Some are accused of espionage or terrorism under Russian law, explains lawyer Emil Kurbedinov, a well-known advocate for members of Crimea’s Tatar minority. Many civilians, however, are held without justification.
Civilians as prisoners of war
The Ukrainian authorities consider the detention of civilians in Russian-occupied territories to be war crimes. In April, a report by the NGO Human Rights Watch highlighted that, according to the Geneva Convention for the Protection of Civilians in Time of War, “the detention or application of forced residence to protect persons should only be ordered where the security of power in whose hands these people are in is absolutely necessary”.
In addition, prisoners must be guaranteed access to lawyers and their family members, as well as the right to challenge their detention. According to Karina Djatschuk, from the organization Imprisoned Civilians, none of this is guaranteed to Ukrainian prisoners.
The representative of the Red Cross in Ukraine, Oleksandr Vlasenko, underlines that the detention of civilians and prisoners of war is regulated by different Geneva Conventions and therefore different norms of international law apply to it.

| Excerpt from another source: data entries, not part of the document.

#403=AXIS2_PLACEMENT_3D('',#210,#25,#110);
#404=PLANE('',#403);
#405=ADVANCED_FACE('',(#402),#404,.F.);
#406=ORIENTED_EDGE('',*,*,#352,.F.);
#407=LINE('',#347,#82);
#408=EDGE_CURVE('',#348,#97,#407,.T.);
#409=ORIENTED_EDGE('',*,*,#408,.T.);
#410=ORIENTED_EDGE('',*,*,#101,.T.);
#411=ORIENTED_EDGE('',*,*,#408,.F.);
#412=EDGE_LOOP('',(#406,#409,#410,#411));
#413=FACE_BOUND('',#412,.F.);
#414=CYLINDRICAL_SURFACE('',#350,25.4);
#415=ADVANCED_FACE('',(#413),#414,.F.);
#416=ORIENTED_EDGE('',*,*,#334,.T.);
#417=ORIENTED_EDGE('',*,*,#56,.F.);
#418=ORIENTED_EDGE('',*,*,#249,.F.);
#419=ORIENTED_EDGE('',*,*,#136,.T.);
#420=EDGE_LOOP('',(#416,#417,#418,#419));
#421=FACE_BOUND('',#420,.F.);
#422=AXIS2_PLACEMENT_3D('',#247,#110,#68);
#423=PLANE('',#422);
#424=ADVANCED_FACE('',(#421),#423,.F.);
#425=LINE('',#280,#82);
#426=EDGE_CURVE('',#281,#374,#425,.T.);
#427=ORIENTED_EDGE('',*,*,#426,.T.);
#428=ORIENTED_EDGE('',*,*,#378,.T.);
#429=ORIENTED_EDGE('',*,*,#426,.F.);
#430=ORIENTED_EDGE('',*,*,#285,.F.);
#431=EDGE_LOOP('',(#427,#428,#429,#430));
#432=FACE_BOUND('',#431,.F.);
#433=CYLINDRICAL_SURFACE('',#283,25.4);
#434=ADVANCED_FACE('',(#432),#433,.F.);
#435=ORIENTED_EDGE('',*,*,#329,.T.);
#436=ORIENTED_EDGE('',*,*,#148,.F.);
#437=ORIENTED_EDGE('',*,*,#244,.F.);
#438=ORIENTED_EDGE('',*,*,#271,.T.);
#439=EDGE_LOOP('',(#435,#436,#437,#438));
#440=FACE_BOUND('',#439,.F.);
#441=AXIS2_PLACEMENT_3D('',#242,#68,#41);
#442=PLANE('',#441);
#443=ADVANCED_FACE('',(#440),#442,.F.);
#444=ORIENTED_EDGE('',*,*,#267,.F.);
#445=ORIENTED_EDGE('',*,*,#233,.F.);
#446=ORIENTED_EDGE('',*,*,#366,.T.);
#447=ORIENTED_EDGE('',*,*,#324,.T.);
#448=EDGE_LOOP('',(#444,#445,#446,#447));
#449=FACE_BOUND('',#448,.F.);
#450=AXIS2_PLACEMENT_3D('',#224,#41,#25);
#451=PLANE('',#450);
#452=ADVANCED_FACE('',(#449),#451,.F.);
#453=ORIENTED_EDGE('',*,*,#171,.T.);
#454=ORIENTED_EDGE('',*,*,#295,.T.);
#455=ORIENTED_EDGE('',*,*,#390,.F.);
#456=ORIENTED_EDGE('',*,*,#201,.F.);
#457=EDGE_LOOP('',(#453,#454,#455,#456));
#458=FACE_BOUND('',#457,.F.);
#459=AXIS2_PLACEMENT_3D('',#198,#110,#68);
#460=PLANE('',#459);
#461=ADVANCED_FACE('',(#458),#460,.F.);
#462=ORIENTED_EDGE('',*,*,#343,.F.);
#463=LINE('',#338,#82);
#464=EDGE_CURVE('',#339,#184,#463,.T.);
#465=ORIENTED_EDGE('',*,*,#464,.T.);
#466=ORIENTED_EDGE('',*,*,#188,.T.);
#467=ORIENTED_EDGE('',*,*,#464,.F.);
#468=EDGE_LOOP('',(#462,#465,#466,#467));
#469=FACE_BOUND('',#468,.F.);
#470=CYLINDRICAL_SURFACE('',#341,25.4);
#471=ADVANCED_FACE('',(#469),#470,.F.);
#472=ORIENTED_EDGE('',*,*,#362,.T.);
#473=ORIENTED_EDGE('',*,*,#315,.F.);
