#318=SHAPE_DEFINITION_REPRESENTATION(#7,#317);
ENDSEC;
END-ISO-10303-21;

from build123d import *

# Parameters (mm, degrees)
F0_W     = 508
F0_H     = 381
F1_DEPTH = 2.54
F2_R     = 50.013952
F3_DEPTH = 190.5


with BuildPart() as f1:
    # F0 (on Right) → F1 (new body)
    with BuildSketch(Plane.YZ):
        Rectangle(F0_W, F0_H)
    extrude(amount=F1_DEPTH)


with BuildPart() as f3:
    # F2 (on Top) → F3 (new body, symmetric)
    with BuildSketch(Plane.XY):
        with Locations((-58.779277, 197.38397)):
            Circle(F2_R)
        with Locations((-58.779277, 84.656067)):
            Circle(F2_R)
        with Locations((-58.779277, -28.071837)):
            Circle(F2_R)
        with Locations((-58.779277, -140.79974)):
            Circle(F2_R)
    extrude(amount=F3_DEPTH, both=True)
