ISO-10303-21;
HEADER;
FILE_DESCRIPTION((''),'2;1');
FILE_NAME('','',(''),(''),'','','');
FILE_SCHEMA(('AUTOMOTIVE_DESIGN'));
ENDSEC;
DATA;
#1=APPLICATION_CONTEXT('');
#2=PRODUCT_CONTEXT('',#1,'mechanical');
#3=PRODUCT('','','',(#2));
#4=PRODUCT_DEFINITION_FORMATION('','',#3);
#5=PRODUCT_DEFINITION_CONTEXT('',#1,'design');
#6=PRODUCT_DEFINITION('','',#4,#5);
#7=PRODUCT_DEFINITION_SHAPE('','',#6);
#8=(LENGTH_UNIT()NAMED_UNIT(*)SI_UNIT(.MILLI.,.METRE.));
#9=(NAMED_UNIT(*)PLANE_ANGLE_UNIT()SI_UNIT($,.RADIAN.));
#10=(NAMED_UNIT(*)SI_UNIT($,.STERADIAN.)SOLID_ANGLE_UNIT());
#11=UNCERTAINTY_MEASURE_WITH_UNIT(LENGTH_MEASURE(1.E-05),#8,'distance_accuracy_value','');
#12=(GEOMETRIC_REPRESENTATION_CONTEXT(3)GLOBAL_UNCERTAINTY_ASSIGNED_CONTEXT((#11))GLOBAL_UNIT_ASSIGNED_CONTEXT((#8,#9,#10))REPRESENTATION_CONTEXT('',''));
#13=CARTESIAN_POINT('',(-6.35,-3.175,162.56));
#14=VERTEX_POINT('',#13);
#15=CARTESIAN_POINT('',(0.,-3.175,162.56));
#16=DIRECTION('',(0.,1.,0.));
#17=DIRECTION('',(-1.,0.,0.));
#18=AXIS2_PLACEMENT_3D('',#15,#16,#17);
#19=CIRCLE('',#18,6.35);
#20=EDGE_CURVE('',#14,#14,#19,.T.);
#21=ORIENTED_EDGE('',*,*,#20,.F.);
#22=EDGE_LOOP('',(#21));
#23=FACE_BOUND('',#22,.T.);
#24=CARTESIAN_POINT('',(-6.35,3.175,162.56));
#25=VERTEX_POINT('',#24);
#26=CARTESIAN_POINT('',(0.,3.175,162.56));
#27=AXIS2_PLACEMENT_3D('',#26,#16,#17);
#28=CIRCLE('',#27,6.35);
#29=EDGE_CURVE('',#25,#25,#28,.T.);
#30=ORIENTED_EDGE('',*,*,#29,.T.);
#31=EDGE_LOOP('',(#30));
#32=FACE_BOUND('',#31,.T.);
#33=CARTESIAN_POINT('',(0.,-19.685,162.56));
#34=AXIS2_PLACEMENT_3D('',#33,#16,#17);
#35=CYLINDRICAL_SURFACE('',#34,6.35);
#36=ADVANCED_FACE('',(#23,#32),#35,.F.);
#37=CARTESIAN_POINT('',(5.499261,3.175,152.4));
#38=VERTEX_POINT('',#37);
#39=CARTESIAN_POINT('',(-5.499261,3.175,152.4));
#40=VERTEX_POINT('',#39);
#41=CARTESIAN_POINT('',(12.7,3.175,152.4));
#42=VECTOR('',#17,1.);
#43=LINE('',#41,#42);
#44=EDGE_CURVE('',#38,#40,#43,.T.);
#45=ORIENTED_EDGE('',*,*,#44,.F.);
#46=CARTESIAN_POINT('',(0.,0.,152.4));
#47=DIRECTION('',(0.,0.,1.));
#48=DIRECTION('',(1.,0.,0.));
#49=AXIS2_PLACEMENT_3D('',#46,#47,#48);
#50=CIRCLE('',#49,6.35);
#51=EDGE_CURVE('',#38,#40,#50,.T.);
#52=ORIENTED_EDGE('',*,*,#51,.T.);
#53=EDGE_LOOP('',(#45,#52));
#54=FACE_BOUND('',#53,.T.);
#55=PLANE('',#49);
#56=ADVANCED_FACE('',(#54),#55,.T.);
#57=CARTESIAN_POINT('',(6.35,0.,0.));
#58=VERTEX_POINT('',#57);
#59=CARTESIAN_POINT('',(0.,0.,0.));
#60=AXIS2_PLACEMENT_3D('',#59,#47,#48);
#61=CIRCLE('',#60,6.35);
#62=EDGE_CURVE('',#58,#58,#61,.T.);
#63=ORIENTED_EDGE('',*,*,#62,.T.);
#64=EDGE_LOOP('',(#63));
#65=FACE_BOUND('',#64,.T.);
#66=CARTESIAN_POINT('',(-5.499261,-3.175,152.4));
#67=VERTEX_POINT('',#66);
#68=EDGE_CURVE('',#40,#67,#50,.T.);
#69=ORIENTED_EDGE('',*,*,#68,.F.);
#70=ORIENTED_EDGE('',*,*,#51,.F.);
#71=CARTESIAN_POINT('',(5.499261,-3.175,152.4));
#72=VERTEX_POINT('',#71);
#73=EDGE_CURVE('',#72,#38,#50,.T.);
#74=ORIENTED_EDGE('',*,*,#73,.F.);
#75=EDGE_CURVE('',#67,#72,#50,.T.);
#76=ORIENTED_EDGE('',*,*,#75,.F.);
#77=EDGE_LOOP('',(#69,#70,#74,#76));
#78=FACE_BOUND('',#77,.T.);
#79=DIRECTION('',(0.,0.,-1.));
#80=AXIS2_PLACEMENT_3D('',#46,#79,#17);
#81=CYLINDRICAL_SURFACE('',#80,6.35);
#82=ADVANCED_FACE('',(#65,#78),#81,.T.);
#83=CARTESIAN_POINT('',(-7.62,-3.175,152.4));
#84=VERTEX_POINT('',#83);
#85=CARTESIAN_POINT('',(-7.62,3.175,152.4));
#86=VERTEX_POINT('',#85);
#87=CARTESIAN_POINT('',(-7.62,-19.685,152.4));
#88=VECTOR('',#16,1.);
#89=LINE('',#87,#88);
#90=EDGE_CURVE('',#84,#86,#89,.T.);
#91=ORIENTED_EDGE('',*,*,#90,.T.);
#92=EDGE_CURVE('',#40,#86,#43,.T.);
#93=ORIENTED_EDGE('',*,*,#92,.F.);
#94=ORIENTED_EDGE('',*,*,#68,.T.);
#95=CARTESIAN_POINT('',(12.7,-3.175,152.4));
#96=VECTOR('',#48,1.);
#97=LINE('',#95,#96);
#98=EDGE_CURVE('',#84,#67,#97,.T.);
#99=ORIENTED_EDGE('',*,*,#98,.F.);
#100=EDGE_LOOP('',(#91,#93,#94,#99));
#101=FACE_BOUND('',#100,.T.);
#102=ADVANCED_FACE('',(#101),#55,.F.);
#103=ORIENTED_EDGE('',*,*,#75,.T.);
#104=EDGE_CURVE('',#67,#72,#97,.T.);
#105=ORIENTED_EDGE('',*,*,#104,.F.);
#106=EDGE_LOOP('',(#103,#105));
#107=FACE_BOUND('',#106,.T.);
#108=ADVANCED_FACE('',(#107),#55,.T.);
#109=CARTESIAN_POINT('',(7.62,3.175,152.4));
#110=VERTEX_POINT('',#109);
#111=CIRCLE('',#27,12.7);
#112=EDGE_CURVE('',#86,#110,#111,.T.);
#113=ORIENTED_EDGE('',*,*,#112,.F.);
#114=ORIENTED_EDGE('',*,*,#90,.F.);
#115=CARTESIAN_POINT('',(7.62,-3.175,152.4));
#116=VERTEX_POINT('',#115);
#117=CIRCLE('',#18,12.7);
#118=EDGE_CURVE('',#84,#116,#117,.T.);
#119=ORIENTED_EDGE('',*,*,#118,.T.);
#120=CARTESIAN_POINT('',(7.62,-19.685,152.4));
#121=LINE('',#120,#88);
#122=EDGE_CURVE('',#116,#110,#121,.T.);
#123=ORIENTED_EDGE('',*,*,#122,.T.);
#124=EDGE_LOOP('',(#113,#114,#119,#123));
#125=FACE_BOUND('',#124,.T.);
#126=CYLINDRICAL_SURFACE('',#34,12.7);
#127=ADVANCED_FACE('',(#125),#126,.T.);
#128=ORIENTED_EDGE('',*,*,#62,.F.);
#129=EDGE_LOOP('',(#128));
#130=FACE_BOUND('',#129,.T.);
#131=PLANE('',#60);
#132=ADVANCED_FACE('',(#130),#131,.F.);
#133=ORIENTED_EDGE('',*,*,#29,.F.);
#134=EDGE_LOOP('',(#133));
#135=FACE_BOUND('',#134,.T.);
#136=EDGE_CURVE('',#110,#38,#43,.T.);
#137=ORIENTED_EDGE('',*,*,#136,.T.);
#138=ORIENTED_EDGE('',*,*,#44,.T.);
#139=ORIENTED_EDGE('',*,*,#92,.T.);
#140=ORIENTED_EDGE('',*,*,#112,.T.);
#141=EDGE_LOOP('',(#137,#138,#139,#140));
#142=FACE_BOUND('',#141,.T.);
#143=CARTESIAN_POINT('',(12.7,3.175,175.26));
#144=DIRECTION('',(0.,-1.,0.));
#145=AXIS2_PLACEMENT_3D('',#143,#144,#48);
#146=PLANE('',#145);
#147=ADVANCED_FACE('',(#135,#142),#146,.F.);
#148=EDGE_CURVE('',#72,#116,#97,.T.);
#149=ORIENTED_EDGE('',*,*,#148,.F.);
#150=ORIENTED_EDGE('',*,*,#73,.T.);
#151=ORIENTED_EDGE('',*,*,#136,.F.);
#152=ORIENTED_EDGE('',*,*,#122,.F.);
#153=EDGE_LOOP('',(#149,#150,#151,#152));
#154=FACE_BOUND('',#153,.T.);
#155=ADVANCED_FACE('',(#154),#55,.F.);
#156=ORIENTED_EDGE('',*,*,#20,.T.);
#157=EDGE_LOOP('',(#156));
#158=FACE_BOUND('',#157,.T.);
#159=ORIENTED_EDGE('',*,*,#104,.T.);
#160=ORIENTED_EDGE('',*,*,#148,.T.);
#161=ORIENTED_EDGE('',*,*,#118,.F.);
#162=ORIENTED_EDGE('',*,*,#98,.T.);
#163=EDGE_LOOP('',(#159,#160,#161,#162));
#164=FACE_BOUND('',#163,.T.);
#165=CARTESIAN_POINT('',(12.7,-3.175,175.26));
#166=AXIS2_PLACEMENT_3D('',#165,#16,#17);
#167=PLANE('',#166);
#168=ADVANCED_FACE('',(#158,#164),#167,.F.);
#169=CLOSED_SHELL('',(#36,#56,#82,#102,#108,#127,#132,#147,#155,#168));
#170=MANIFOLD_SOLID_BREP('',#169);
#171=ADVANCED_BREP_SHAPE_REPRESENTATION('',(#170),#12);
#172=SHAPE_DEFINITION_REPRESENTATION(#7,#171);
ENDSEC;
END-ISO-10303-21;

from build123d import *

# Parameters (mm, degrees)
SKETCH1_R           = 6.35
BOSS_EXTRUDE1_DEPTH = 152.4
SKETCH2_W           = 25.4
SKETCH2_H           = 6.35
BOSS_EXTRUDE2_DEPTH = 22.86
SKETCH3_R           = 6.35
CUT_EXTRUDE1_DEPTH  = 22.86


with BuildPart() as part:
    # Sketch1 → Boss-Extrude1 (new body)
    with BuildSketch(Plane.XY):
        Circle(SKETCH1_R)
    extrude(amount=BOSS_EXTRUDE1_DEPTH)

    # Sketch2 → Boss-Extrude2 (add)
    with BuildSketch(Plane.XY.offset(152.4)):
        Rectangle(SKETCH2_W, SKETCH2_H)
    extrude(amount=BOSS_EXTRUDE2_DEPTH)

    # Sketch3 → Cut-Extrude1 (cut)
    with BuildSketch(Plane(origin=(0, 3.175, 0), x_dir=(1, 0, 0), z_dir=(0, 1, 0))):
        with Locations((0, -162.56)):
            Circle(SKETCH3_R)
        with BuildLine():
            ThreePointArc((12.7, -162.56), (8.980256121, -171.540256121), (0, -175.26))
            Line((0, -175.26), (12.7, -175.26))
            Line((12.7, -175.26), (12.7, -162.56))
        make_face()
        with BuildLine():
            Line((-12.7, -175.26), (0, -175.26))
            ThreePointArc((0, -175.26), (-8.980256121, -171.540256121), (-12.7, -162.56))
            Line((-12.7, -162.56), (-12.7, -175.26))
        make_face()
        with BuildLine():
            ThreePointArc((7.62, -152.4), (11.359225326, -156.880387337), (12.7, -162.56))
            Line((12.7, -162.56), (12.7, -152.4))
            Line((12.7, -152.4), (7.62, -152.4))
        make_face()
        with BuildLine():
            Line((-12.7, -152.4), (-12.7, -162.56))
            ThreePointArc((-12.7, -162.56), (-11.359225326, -156.880387337), (-7.62, -152.4))
            Line((-7.62, -152.4), (-12.7, -152.4))
        make_face()
    extrude(amount=-CUT_EXTRUDE1_DEPTH, mode=Mode.SUBTRACT)


solid = part.part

Even so, in the middle of last year Russia began to register civilians and soldiers equally as prisoners of war.
According to Tatyana Bohayevska, information about her son Dmytro first appeared in January on the Russian internet portal Nemesida, where data on Ukrainian military and security forces is published. The DW report was also able to find data about Oleksandr Chirkov on the same website.
The Ukrainian staff dealing with POW exchanges does not agree with this practice as far as civilians are concerned. For them, Russia should unconditionally release them without any exchange. “If we start exchanging civilians for soldiers, that will make everyone in the occupied territories become hostages”, assesses Karina Dyachuk.
Towards a deal?
Since February last year, 140 Ukrainian civilians have been released in exchanges, including Dyachuk’s father. The Ukrainian coordination team does not provide details about this. “Our civilians are being held hostage in the Russian Federation in order to force Ukraine to enter into political negotiations,” says team member Oleksandr Kononenko. He explains that ongoing talks are aimed at making progress on the release of civilians.
The office of the Ukrainian ombudsman Dmytro Lubinets is also looking for ways to free Ukrainian civilians detained in Russia. At the beginning of the year, during a meeting with the Russian ombudsman Tatyana Moskalkova in Ankara, Turkey, he proposed the repatriation of women, the elderly, injured and seriously ill people, but there was no reaction from the Russian side.
The two sides at least managed to agree on visits to captured civilians. Lubinets hopes that “the practice we have started can lead to a process for the release of civilian and convicted hostages”.